──────── MATERIAL SUPPLIED ────────
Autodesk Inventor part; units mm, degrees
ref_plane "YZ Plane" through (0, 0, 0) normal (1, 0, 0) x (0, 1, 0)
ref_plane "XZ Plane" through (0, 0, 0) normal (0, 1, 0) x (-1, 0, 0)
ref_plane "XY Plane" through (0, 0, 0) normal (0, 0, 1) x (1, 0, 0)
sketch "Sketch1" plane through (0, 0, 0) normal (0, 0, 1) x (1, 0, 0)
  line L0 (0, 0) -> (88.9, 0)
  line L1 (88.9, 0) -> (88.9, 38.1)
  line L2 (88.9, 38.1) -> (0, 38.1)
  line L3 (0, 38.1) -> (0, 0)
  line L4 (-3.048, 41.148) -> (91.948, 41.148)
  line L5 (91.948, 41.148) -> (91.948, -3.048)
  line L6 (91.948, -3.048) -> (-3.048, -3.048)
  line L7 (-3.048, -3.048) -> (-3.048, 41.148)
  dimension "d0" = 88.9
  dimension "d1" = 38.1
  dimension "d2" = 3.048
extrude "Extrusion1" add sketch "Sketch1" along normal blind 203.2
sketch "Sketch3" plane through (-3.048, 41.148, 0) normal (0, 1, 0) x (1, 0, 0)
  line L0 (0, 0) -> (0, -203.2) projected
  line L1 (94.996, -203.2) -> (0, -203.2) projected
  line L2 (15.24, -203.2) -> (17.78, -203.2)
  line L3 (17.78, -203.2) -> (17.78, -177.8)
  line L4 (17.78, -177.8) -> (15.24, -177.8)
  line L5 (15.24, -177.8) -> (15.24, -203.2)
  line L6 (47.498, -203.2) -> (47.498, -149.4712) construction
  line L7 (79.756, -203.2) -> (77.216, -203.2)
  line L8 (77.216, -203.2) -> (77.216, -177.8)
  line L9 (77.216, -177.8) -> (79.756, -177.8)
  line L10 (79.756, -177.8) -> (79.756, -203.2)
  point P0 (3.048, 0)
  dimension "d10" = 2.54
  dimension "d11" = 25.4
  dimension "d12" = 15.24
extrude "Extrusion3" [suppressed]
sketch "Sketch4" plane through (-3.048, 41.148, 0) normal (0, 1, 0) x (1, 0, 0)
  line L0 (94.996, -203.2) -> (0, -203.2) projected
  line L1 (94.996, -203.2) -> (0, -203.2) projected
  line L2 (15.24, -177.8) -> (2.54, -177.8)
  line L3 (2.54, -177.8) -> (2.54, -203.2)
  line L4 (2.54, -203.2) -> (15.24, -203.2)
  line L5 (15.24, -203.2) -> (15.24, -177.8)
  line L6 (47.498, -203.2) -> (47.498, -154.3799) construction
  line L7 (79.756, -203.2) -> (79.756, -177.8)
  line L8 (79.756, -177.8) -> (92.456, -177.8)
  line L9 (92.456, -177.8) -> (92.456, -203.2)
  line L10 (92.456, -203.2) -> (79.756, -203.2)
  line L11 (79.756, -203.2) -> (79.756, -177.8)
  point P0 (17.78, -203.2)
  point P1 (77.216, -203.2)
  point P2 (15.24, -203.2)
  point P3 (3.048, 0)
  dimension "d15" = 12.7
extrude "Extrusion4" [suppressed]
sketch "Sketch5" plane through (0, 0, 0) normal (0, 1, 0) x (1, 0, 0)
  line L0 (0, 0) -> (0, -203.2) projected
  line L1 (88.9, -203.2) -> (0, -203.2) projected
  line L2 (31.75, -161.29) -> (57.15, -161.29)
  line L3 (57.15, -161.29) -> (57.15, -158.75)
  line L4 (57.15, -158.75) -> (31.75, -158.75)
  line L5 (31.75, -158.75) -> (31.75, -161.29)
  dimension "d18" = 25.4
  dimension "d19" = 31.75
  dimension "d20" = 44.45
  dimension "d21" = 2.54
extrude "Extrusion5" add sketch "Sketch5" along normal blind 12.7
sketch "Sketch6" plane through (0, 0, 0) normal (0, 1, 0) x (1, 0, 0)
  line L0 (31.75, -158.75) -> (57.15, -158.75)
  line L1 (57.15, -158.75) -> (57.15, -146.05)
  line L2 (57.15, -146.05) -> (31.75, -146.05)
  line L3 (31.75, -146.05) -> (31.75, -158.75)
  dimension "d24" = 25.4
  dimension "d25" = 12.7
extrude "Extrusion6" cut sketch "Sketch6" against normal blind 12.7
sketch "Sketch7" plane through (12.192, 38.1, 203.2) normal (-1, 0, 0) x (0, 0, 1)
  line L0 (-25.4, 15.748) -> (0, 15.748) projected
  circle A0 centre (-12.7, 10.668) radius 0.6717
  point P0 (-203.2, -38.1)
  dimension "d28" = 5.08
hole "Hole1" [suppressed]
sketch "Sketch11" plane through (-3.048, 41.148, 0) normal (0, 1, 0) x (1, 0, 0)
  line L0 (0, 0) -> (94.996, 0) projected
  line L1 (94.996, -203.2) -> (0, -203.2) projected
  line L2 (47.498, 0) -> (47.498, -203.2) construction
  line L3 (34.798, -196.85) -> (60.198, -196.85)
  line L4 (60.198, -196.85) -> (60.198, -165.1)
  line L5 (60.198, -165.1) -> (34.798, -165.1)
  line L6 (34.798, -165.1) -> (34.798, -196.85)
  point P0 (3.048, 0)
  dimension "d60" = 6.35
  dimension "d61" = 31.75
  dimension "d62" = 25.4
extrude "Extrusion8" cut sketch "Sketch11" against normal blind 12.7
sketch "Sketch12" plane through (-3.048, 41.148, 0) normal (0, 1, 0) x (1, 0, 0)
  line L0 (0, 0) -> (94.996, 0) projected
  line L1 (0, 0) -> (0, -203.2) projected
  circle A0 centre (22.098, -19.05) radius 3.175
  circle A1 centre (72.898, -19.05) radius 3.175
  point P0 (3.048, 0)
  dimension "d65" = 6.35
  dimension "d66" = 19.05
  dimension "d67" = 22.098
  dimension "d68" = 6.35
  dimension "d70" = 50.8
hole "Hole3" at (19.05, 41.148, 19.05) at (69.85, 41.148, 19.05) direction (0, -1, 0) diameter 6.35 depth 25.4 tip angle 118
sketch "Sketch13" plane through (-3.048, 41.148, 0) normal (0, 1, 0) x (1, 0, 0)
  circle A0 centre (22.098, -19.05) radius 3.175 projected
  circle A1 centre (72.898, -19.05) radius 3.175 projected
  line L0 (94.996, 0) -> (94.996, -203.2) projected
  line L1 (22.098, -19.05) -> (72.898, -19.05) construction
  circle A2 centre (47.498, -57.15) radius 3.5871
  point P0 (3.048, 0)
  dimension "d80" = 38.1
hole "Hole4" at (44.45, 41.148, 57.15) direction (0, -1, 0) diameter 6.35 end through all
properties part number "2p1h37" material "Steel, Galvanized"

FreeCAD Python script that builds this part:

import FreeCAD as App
import Part
import Sketcher

V = App.Vector
Q = App.Units.Quantity


def add_polygon(sketch, points):
    """Adds a closed chain of lines whose ends are joined by coincident constraints."""
    first, n = sketch.GeometryCount, len(points)
    for a, b in zip(points, points[1:] + points[:1]):
        sketch.addGeometry(Part.LineSegment(App.Vector(*a, 0), App.Vector(*b, 0)), False)
    for i in range(n):
        sketch.addConstraint(Sketcher.Constraint("Coincident", first + i, 2, first + (i + 1) % n, 1))

doc = App.newDocument("Part")
body = doc.addObject("PartDesign::Body", "Body")

sketch1 = body.newObject("Sketcher::SketchObject", "Sketch")
sketch1.AttachmentSupport = (doc.getObject("XY_Plane"), [""])
sketch1.MapMode = "FlatFace"
add_polygon(sketch1, [(92, 41), (-3, 41), (-3, -3), (92, -3)])
add_polygon(sketch1, [(89, 0), (0, 0), (0, 38), (89, 38)])
sketch1.addConstraint([
    Sketcher.Constraint("Horizontal", 0),
    Sketcher.Constraint("Vertical", 1),
    Sketcher.Constraint("Horizontal", 2),
    Sketcher.Constraint("Vertical", 3),
    Sketcher.Constraint("Horizontal", 4),
    Sketcher.Constraint("Vertical", 5),
    Sketcher.Constraint("Horizontal", 6),
    Sketcher.Constraint("Vertical", 7),
    Sketcher.Constraint("Coincident", 4, 2, -1, 1),
    Sketcher.Constraint("DistanceX", 4, 2, 4, 1, Q("3.5 in")),
    Sketcher.Constraint("DistanceY", 5, 1, 5, 2, Q("1.5 in")),
    Sketcher.Constraint("DistanceX", 0, 2, -1, 1, Q("0.12 in")),
    Sketcher.Constraint("DistanceY", 1, 2, -1, 1, Q("0.12 in")),
    Sketcher.Constraint("DistanceY", 5, 2, 0, 2, Q("0.12 in")),
    Sketcher.Constraint("DistanceX", 6, 2, 3, 2, Q("0.12 in")),
])
pad1 = body.newObject("PartDesign::Pad", "Pad")
pad1.Profile = sketch1
pad1.Length = Q("8 in")

sketch2 = body.newObject("Sketcher::SketchObject", "Sketch001")
sketch2.AttachmentSupport = (doc.getObject("XZ_Plane"), [""])
sketch2.MapMode = "FlatFace"
add_polygon(sketch2, [(31.8, 158.8), (31.8, 161.3), (57.1, 161.3), (57.1, 158.8)])
sketch2.addConstraint([
    Sketcher.Constraint("Vertical", 0),
    Sketcher.Constraint("Horizontal", 1),
    Sketcher.Constraint("Vertical", 2),
    Sketcher.Constraint("Horizontal", 3),
    Sketcher.Constraint("DistanceX", 1, 1, 1, 2, Q("1 in")),
    Sketcher.Constraint("DistanceY", 0, 1, 0, 2, Q("0.1 in")),
    Sketcher.Constraint("DistanceX", -1, 1, 0, 2, Q("1.25 in")),
    Sketcher.Constraint("DistanceY", -1, 1, 0, 2, Q("6.35 in")),
])
pad2 = body.newObject("PartDesign::Pad", "Pad001")
pad2.Profile = sketch2
pad2.Length = Q("0.5 in")
pad2.Reversed = True

sketch3 = body.newObject("Sketcher::SketchObject", "Sketch002")
sketch3.AttachmentSupport = (doc.getObject("XZ_Plane"), [""])
sketch3.MapMode = "FlatFace"
add_polygon(sketch3, [(32, 146), (32, 159), (57, 159), (57, 146)])
sketch3.addConstraint([
    Sketcher.Constraint("Vertical", 0),
    Sketcher.Constraint("Horizontal", 1),
    Sketcher.Constraint("Vertical", 2),
    Sketcher.Constraint("Horizontal", 3),
    Sketcher.Constraint("DistanceX", 1, 1, 1, 2, Q("1 in")),
    Sketcher.Constraint("DistanceY", 0, 1, 0, 2, Q("0.5 in")),
    Sketcher.Constraint("DistanceX", -1, 1, 0, 2, Q("1.25 in")),
    Sketcher.Constraint("DistanceY", -1, 1, 0, 2, Q("6.25 in")),
])
pocket1 = body.newObject("PartDesign::Pocket", "Pocket")
pocket1.Profile = sketch3
pocket1.Length = Q("0.5 in")
pocket1.Reversed = True

sketch4 = body.newObject("Sketcher::SketchObject", "Sketch003")
sketch4.AttachmentSupport = (doc.getObject("XZ_Plane"), [""])
sketch4.MapMode = "FlatFace"
sketch4.AttachmentOffset = App.Placement(V(0, 0, -1.62 * 25.4), App.Rotation())
add_polygon(sketch4, [(32, 165), (32, 197), (57, 197), (57, 165)])
sketch4.addConstraint([
    Sketcher.Constraint("Vertical", 0),
    Sketcher.Constraint("Horizontal", 1),
    Sketcher.Constraint("Vertical", 2),
    Sketcher.Constraint("Horizontal", 3),
    Sketcher.Constraint("DistanceX", 1, 1, 1, 2, Q("1 in")),
    Sketcher.Constraint("DistanceY", 0, 1, 0, 2, Q("1.25 in")),
    Sketcher.Constraint("DistanceX", -1, 1, 0, 2, Q("1.25 in")),
    Sketcher.Constraint("DistanceY", -1, 1, 2, 2, Q("6.5 in")),
])
pocket2 = body.newObject("PartDesign::Pocket", "Pocket001")
pocket2.Profile = sketch4
pocket2.Length = Q("0.5 in")
pocket2.Reversed = True

sketch5 = body.newObject("Sketcher::SketchObject", "Sketch004")
sketch5.AttachmentSupport = (doc.getObject("XZ_Plane"), [""])
sketch5.MapMode = "FlatFace"
sketch5.AttachmentOffset = App.Placement(V(0, 0, -1.62 * 25.4), App.Rotation())
sketch5.addGeometry([
    Part.Circle(V(19.1, 19.1, 0), V(0, 0, 1), 3.2),
    Part.Circle(V(69.8, 19.1, 0), V(0, 0, 1), 3.2),
], False)
sketch5.addConstraint([
    Sketcher.Constraint("Equal", 0, 1),
    Sketcher.Constraint("Horizontal", 0, 3, 1, 3),
    Sketcher.Constraint("Diameter", 0, Q("0.25 in")),
    Sketcher.Constraint("DistanceX", 0, 3, 1, 3, Q("2 in")),
    Sketcher.Constraint("DistanceX", -1, 1, 0, 3, Q("0.75 in")),
    Sketcher.Constraint("DistanceY", -1, 1, 0, 3, Q("0.75 in")),
])
doc.recompute()
hole = body.newObject("PartDesign::Hole", "Hole")
hole.Profile = sketch5
hole.ThreadType = "None"
hole.Diameter = Q("0.25 in")
hole.DepthType = "Dimension"
hole.Depth = Q("1 in")
hole.DrillPoint = "Angled"
hole.DrillPointAngle = 118
hole.Reversed = True

sketch6 = body.newObject("Sketcher::SketchObject", "Sketch005")
sketch6.AttachmentSupport = (doc.getObject("XZ_Plane"), [""])
sketch6.MapMode = "FlatFace"
sketch6.AttachmentOffset = App.Placement(V(0, 0, -1.62 * 25.4), App.Rotation())
sketch6.addGeometry(Part.Circle(V(44.5, 57.1, 0), V(0, 0, 1), 3.2), False)
sketch6.addConstraint([
    Sketcher.Constraint("Diameter", 0, Q("0.25 in")),
    Sketcher.Constraint("DistanceX", -1, 1, 0, 3, Q("1.75 in")),
    Sketcher.Constraint("DistanceY", -1, 1, 0, 3, Q("2.25 in")),
])
doc.recompute()
hole2 = body.newObject("PartDesign::Hole", "Hole001")
hole2.Profile = sketch6
hole2.ThreadType = "None"
hole2.Diameter = Q("0.25 in")
hole2.DepthType = "ThroughAll"
hole2.Reversed = True

doc.recompute()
────────
### TASK OBJECTIVE
From the records above, transcribe exactly the run of lines that opens with the line holding "0) x (0, 1, 0)" and closes with the line holding "line L3 (0, 38.1) -> (0, 0)", both included.

### THE COMPLETED TASK
ref_plane "YZ Plane" through (0, 0, 0) normal (1, 0, 0) x (0, 1, 0)
ref_plane "XZ Plane" through (0, 0, 0) normal (0, 1, 0) x (-1, 0, 0)
ref_plane "XY Plane" through (0, 0, 0) normal (0, 0, 1) x (1, 0, 0)
sketch "Sketch1" plane through (0, 0, 0) normal (0, 0, 1) x (1, 0, 0)
  line L0 (0, 0) -> (88.9, 0)
  line L1 (88.9, 0) -> (88.9, 38.1)
  line L2 (88.9, 38.1) -> (0, 38.1)
  line L3 (0, 38.1) -> (0, 0)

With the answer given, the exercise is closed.